§ Work instruction: Set down exactly, from the records below, the line with "f 127 123 359" through the line with "f 20 342 395", and nothing else.

[Records drawn from a dataset]
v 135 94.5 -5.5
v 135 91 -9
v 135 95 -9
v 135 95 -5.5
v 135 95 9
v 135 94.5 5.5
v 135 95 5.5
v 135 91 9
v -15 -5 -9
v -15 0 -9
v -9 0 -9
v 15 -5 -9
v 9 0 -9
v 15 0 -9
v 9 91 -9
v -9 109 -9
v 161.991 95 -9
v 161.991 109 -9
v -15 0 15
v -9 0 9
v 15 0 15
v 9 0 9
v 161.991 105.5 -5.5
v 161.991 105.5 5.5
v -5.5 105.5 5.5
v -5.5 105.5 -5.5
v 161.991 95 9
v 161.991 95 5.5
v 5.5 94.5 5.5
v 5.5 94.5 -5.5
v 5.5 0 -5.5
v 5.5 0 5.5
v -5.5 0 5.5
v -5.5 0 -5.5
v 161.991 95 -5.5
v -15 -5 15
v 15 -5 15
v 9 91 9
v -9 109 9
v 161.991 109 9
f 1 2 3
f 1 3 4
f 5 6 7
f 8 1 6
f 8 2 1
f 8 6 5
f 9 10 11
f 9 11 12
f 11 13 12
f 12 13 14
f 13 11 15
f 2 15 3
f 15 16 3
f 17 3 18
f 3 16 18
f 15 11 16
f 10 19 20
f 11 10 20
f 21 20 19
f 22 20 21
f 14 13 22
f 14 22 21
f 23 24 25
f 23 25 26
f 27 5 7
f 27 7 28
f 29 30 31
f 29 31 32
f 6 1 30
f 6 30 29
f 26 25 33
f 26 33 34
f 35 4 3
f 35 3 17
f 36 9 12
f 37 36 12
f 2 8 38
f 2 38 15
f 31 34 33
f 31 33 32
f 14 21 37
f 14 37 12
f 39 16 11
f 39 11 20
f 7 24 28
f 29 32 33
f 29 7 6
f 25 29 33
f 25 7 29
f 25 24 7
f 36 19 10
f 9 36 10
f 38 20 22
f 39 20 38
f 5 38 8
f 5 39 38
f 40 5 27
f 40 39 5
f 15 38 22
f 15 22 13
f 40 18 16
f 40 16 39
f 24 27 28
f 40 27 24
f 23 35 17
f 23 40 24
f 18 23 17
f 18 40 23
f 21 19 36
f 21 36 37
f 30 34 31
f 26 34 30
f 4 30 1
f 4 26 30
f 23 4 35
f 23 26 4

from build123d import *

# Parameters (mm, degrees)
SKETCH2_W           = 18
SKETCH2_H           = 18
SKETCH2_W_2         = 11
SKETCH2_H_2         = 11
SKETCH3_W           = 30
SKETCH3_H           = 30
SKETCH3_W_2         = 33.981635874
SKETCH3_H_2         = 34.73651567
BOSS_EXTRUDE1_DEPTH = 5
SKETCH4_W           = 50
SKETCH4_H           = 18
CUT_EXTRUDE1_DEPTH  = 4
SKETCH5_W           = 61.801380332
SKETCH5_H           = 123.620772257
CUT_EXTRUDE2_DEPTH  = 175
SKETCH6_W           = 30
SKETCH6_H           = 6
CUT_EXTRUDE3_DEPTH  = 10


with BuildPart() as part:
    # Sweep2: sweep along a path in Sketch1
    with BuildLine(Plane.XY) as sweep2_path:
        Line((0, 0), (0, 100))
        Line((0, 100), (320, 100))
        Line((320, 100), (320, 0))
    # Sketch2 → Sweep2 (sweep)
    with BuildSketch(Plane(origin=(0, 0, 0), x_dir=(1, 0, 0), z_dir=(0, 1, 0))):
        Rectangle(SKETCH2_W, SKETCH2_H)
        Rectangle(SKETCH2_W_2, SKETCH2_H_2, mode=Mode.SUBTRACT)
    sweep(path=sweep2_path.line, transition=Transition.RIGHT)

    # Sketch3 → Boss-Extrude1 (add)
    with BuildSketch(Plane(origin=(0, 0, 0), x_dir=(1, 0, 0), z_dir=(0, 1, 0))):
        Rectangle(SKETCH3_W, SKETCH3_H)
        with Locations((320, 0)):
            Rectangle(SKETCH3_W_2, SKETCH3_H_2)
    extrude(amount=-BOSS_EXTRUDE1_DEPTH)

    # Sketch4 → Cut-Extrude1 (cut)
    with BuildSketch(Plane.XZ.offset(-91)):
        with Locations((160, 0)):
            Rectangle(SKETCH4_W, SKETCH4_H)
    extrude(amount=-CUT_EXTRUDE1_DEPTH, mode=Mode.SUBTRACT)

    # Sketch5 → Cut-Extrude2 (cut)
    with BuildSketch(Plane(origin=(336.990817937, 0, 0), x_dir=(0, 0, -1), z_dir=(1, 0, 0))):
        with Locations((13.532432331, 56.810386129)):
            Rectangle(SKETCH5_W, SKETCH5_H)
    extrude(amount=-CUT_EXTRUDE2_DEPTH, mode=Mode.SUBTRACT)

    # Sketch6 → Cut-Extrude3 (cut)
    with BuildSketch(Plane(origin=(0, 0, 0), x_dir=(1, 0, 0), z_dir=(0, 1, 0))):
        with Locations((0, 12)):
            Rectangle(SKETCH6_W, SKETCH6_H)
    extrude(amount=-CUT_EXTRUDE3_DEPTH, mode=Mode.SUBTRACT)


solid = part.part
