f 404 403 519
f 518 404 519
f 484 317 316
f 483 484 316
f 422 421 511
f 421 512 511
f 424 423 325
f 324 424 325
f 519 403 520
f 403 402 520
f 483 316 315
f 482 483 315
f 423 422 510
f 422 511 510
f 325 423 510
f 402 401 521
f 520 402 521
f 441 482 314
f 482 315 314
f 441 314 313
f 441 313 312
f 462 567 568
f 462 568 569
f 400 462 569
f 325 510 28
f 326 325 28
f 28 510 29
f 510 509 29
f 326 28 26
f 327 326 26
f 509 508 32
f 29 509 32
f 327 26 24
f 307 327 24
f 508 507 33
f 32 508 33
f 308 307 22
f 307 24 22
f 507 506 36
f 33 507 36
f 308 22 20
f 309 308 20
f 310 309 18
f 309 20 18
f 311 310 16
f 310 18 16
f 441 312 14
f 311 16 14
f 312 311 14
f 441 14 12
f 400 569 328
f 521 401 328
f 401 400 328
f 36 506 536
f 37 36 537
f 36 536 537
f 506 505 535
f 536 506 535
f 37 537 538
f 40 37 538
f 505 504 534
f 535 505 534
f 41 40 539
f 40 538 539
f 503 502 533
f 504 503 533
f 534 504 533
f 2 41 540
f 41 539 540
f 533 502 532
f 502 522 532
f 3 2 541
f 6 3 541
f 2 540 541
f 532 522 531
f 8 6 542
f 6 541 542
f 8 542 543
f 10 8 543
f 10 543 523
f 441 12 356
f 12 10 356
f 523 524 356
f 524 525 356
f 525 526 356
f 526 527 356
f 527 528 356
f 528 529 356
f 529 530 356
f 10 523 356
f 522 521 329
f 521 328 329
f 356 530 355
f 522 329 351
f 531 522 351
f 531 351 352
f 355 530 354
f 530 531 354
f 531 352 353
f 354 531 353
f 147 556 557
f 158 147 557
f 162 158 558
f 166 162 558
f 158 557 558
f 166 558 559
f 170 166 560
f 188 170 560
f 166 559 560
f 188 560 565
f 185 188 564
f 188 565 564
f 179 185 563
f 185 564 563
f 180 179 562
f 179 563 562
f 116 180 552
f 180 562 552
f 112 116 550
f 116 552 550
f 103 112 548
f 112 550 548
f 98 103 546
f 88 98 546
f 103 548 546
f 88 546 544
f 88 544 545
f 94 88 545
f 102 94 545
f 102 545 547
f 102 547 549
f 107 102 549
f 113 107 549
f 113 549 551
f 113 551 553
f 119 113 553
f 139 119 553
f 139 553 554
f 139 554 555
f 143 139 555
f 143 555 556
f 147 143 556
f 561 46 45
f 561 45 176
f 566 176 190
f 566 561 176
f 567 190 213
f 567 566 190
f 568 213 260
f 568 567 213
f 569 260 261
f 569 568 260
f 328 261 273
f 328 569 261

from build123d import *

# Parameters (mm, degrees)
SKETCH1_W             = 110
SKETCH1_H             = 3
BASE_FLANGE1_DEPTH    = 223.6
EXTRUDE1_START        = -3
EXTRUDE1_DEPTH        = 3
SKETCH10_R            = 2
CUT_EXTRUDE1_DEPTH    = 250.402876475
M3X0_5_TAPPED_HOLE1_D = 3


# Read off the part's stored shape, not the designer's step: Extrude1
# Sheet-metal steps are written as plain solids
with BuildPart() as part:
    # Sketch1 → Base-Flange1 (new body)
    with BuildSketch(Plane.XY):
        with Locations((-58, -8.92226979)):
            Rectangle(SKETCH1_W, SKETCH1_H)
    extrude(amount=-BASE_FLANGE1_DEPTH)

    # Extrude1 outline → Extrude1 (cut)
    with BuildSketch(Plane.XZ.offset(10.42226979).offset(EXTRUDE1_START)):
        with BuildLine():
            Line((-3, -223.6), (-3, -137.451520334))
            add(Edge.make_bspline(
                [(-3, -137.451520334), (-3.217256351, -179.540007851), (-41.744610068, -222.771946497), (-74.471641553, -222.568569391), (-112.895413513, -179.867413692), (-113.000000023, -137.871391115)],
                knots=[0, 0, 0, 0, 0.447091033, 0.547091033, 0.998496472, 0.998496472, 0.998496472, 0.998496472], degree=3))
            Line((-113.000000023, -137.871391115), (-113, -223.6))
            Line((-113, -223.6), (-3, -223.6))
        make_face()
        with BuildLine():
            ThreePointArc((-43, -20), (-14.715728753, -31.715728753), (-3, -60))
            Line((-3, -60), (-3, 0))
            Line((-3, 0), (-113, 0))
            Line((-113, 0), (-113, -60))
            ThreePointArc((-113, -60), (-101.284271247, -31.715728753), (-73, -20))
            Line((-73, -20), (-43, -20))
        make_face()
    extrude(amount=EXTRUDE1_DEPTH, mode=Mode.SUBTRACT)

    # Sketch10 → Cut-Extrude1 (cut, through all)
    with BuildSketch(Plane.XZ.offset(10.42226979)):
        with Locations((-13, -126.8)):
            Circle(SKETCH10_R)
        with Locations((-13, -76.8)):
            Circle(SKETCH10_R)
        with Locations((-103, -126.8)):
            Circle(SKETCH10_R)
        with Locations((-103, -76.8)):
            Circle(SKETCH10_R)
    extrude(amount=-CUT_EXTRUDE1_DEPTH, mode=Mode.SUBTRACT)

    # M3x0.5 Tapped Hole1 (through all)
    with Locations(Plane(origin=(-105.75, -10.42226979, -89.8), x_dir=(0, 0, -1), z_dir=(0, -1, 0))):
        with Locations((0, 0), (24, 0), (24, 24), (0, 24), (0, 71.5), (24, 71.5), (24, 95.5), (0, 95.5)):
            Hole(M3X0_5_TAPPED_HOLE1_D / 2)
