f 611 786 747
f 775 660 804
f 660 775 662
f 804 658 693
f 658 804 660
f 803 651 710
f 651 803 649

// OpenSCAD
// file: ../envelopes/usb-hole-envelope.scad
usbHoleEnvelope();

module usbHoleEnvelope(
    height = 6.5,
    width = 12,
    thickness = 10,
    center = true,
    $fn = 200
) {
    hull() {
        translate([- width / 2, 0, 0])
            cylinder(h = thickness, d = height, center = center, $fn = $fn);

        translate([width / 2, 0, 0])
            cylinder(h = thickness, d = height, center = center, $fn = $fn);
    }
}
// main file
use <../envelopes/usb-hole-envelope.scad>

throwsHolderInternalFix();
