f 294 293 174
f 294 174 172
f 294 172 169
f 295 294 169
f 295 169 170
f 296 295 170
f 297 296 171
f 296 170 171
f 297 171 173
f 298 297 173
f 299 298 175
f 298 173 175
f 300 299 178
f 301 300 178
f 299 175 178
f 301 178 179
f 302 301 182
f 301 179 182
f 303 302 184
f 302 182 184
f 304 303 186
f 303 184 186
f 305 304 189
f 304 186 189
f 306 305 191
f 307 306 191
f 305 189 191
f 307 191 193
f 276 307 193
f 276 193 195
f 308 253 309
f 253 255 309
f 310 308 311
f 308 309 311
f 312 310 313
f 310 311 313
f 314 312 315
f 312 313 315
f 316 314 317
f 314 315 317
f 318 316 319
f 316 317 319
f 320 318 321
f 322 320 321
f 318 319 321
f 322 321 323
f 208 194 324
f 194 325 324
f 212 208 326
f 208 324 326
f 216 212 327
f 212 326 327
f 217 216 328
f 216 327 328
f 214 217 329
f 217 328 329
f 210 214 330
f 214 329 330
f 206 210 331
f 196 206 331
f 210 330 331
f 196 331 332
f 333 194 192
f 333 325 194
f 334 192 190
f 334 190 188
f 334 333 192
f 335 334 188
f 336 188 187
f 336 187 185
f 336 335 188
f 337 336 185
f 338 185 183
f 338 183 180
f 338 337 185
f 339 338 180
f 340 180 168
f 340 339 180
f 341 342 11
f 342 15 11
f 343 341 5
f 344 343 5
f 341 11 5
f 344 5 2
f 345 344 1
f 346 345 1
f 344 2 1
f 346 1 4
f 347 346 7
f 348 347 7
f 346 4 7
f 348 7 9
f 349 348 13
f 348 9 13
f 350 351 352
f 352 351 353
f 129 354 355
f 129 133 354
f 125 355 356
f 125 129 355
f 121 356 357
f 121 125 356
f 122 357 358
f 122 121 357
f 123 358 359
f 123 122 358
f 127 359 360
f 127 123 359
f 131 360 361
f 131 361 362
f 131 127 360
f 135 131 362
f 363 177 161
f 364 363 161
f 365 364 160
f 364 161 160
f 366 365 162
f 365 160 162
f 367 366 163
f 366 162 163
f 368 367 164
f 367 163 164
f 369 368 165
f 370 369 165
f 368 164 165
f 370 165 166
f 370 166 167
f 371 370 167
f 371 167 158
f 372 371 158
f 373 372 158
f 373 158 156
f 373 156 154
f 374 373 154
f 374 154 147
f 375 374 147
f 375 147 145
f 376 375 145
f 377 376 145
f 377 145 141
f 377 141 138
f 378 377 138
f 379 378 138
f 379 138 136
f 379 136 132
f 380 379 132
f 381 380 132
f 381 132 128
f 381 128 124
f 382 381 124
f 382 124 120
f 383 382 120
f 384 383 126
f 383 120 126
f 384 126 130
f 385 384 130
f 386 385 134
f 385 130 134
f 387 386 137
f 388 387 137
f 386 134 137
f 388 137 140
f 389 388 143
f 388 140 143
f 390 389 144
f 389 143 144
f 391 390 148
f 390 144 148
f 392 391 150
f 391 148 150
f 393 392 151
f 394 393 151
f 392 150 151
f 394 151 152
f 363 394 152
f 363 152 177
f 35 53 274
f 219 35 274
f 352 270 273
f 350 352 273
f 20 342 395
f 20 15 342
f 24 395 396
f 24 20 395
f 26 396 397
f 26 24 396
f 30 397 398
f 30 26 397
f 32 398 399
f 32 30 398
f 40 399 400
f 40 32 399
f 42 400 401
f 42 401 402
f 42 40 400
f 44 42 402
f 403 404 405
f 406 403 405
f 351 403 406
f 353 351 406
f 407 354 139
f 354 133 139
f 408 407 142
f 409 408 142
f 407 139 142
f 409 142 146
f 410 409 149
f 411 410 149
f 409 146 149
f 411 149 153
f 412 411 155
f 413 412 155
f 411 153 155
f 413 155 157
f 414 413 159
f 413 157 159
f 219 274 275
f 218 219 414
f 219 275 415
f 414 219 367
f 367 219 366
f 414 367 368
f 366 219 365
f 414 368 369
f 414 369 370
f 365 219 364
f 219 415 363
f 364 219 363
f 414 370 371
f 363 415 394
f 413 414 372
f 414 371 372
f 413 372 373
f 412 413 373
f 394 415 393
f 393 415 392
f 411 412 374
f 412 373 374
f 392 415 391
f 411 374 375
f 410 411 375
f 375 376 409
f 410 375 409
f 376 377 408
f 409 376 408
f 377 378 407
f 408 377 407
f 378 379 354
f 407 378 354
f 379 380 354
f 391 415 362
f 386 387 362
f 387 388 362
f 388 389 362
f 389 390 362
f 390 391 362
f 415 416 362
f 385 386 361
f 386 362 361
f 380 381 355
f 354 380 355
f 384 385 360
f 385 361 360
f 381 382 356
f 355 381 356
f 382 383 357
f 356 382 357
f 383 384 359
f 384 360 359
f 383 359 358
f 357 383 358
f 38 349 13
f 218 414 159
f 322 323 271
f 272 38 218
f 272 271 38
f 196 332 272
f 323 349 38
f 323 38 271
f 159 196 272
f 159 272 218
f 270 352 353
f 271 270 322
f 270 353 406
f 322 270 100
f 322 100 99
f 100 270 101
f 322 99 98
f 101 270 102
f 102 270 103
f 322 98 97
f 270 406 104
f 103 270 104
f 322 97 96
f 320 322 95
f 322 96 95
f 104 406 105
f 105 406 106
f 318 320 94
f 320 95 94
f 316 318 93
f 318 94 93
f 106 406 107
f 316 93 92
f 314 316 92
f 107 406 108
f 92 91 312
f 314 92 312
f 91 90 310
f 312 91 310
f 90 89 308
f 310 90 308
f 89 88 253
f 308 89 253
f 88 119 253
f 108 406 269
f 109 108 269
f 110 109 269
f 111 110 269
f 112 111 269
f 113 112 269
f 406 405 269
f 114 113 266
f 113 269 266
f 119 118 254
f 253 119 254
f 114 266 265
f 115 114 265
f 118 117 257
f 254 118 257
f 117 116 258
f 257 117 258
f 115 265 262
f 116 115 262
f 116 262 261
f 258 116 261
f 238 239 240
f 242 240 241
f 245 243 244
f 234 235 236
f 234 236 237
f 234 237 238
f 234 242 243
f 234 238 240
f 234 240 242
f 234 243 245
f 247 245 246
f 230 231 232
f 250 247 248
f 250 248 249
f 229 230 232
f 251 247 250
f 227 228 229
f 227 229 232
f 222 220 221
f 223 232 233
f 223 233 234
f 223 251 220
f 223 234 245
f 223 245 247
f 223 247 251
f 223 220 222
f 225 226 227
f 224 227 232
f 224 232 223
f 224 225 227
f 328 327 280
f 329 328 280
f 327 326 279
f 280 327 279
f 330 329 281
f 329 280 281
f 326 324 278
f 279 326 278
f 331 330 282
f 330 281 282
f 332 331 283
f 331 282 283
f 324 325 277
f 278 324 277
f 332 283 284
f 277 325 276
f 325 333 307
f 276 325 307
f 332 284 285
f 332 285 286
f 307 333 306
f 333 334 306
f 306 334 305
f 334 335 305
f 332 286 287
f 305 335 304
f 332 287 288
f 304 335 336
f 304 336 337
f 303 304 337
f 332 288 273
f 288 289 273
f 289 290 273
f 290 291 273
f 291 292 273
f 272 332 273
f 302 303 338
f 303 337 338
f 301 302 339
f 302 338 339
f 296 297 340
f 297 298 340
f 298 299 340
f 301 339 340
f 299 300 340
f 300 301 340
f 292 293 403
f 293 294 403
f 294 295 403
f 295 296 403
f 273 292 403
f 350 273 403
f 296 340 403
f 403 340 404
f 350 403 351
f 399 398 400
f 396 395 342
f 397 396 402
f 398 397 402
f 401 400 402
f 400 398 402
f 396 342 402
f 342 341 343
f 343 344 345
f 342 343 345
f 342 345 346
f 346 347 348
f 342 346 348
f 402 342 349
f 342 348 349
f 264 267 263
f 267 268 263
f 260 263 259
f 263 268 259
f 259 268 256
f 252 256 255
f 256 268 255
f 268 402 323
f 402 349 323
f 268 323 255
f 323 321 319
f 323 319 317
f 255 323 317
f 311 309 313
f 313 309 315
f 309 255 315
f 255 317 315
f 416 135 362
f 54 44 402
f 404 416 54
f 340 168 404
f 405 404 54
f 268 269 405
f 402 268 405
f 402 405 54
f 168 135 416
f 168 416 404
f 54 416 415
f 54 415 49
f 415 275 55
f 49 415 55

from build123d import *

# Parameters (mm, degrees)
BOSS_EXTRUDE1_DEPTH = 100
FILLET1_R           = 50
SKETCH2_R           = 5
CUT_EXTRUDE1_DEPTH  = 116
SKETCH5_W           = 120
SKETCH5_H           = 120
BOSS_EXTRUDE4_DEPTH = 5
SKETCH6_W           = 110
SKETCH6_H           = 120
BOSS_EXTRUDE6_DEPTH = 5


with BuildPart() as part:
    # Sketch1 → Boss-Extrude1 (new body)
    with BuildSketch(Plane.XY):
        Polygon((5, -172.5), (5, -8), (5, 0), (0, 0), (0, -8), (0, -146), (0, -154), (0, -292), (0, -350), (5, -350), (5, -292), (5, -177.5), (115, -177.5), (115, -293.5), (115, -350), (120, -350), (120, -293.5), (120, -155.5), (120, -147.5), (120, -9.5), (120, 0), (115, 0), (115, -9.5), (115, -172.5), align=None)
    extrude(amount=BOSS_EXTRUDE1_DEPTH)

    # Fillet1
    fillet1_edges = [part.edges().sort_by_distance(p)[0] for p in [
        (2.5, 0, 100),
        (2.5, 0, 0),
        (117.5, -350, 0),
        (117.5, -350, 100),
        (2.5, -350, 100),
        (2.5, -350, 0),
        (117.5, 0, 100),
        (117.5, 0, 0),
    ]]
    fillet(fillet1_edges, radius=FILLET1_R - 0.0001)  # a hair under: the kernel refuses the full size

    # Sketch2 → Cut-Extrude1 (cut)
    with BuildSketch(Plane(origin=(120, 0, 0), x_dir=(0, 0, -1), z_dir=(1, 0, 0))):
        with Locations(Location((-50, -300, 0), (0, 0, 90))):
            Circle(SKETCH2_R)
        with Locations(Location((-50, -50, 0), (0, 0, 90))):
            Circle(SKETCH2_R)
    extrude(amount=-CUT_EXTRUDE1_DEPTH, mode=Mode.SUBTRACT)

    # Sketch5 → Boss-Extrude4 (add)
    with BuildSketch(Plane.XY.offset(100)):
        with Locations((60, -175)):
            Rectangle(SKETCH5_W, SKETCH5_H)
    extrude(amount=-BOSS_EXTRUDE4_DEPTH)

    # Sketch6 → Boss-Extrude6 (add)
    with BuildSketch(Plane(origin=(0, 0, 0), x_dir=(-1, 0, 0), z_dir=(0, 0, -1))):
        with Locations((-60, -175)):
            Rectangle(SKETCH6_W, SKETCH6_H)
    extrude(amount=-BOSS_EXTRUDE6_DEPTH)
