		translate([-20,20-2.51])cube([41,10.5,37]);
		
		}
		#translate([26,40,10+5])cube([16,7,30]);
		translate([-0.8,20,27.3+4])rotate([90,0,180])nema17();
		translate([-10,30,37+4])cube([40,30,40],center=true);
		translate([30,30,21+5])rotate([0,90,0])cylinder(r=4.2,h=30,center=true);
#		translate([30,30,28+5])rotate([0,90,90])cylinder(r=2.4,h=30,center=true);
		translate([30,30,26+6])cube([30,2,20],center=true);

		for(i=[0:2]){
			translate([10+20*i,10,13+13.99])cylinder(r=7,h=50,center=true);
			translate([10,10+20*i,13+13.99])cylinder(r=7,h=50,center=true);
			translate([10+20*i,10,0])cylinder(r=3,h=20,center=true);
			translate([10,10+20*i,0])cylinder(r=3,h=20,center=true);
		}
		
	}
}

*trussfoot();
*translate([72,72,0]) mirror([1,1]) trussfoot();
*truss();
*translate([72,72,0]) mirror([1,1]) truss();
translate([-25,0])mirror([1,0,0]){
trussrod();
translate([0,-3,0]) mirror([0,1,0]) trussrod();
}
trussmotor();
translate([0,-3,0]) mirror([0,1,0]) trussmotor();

§ Result of the exercise:
f 127 123 359
f 131 360 361
f 131 361 362
f 131 127 360
f 135 131 362
f 363 177 161
f 364 363 161
f 365 364 160
f 364 161 160
f 366 365 162
f 365 160 162
f 367 366 163
f 366 162 163
f 368 367 164
f 367 163 164
f 369 368 165
f 370 369 165
f 368 164 165
f 370 165 166
f 370 166 167
f 371 370 167
f 371 167 158
f 372 371 158
f 373 372 158
f 373 158 156
f 373 156 154
f 374 373 154
f 374 154 147
f 375 374 147
f 375 147 145
f 376 375 145
f 377 376 145
f 377 145 141
f 377 141 138
f 378 377 138
f 379 378 138
f 379 138 136
f 379 136 132
f 380 379 132
f 381 380 132
f 381 132 128
f 381 128 124
f 382 381 124
f 382 124 120
f 383 382 120
f 384 383 126
f 383 120 126
f 384 126 130
f 385 384 130
f 386 385 134
f 385 130 134
f 387 386 137
f 388 387 137
f 386 134 137
f 388 137 140
f 389 388 143
f 388 140 143
f 390 389 144
f 389 143 144
f 391 390 148
f 390 144 148
f 392 391 150
f 391 148 150
f 393 392 151
f 394 393 151
f 392 150 151
f 394 151 152
f 363 394 152
f 363 152 177
f 35 53 274
f 219 35 274
f 352 270 273
f 350 352 273
f 20 342 395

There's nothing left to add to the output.